+++ Task input

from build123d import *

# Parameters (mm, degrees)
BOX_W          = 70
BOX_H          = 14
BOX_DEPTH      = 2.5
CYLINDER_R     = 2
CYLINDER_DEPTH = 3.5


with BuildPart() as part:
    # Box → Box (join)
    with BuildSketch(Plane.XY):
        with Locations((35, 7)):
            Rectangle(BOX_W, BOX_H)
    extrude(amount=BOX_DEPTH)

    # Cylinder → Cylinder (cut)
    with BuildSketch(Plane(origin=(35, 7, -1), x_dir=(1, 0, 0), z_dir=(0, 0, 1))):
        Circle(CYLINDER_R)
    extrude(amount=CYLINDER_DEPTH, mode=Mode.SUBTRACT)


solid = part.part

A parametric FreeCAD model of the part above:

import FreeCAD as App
import Part
import Sketcher

V = App.Vector
Q = App.Units.Quantity

doc = App.newDocument("Part")
body = doc.addObject("PartDesign::Body", "Body")

# Sketch on XY plane
sketch1 = body.newObject("Sketcher::SketchObject", "Sketch")
sketch1.AttachmentSupport = (doc.getObject("XY_Plane"), [""])
sketch1.MapMode = "FlatFace"
sketch1.addGeometry([
    Part.LineSegment(V(0, 14, 0), V(0, 0, 0)),
    Part.LineSegment(V(0, 0, 0), V(70, 0, 0)),
    Part.LineSegment(V(70, 0, 0), V(70, 14, 0)),
    Part.LineSegment(V(70, 14, 0), V(0, 14, 0)),
], False)
sketch1.addConstraint([
    Sketcher.Constraint("Coincident", 0, 2, 1, 1),
    Sketcher.Constraint("Coincident", 1, 2, 2, 1),
    Sketcher.Constraint("Coincident", 2, 2, 3, 1),
    Sketcher.Constraint("Coincident", 3, 2, 0, 1),
    Sketcher.Constraint("Vertical", 0),
    Sketcher.Constraint("Horizontal", 1),
    Sketcher.Constraint("Vertical", 2),
    Sketcher.Constraint("Horizontal", 3),
    Sketcher.Constraint("Coincident", 0, 2, -1, 1),
    Sketcher.Constraint("DistanceX", 1, 1, 1, 2, Q("70 mm")),
    Sketcher.Constraint("DistanceY", 0, 2, 0, 1, Q("14 mm")),
])
pad1 = body.newObject("PartDesign::Pad", "Pad")
pad1.Profile = sketch1
pad1.Length = 2.5

# Sketch on XY plane
sketch2 = body.newObject("Sketcher::SketchObject", "Sketch001")
sketch2.AttachmentSupport = (doc.getObject("XY_Plane"), [""])
sketch2.MapMode = "FlatFace"
sketch2.AttachmentOffset = App.Placement(V(0, 0, -1), App.Rotation())
sketch2.addGeometry(Part.Circle(V(35, 7, 0), V(0, 0, 1), 2), False)
sketch2.addConstraint([
    Sketcher.Constraint("Diameter", 0, Q("4 mm")),
    Sketcher.Constraint("DistanceX", -1, 1, 0, 3, Q("35 mm")),
    Sketcher.Constraint("DistanceY", -1, 1, 0, 3, Q("7 mm")),
])
pocket1 = body.newObject("PartDesign::Pocket", "Pocket")
pocket1.Profile = sketch2
pocket1.Length = 3.5
pocket1.Reversed = True

doc.recompute()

++++++

Your answer should be the lines above from the one containing "Rectangle(BOX_W, BOX_H)" through the one containing "A parametric FreeCAD", copied exactly and with both ends kept.

● Solution
            Rectangle(BOX_W, BOX_H)
    extrude(amount=BOX_DEPTH)

    # Cylinder → Cylinder (cut)
    with BuildSketch(Plane(origin=(35, 7, -1), x_dir=(1, 0, 0), z_dir=(0, 0, 1))):
        Circle(CYLINDER_R)
    extrude(amount=CYLINDER_DEPTH, mode=Mode.SUBTRACT)


solid = part.part

A parametric FreeCAD model of the part above:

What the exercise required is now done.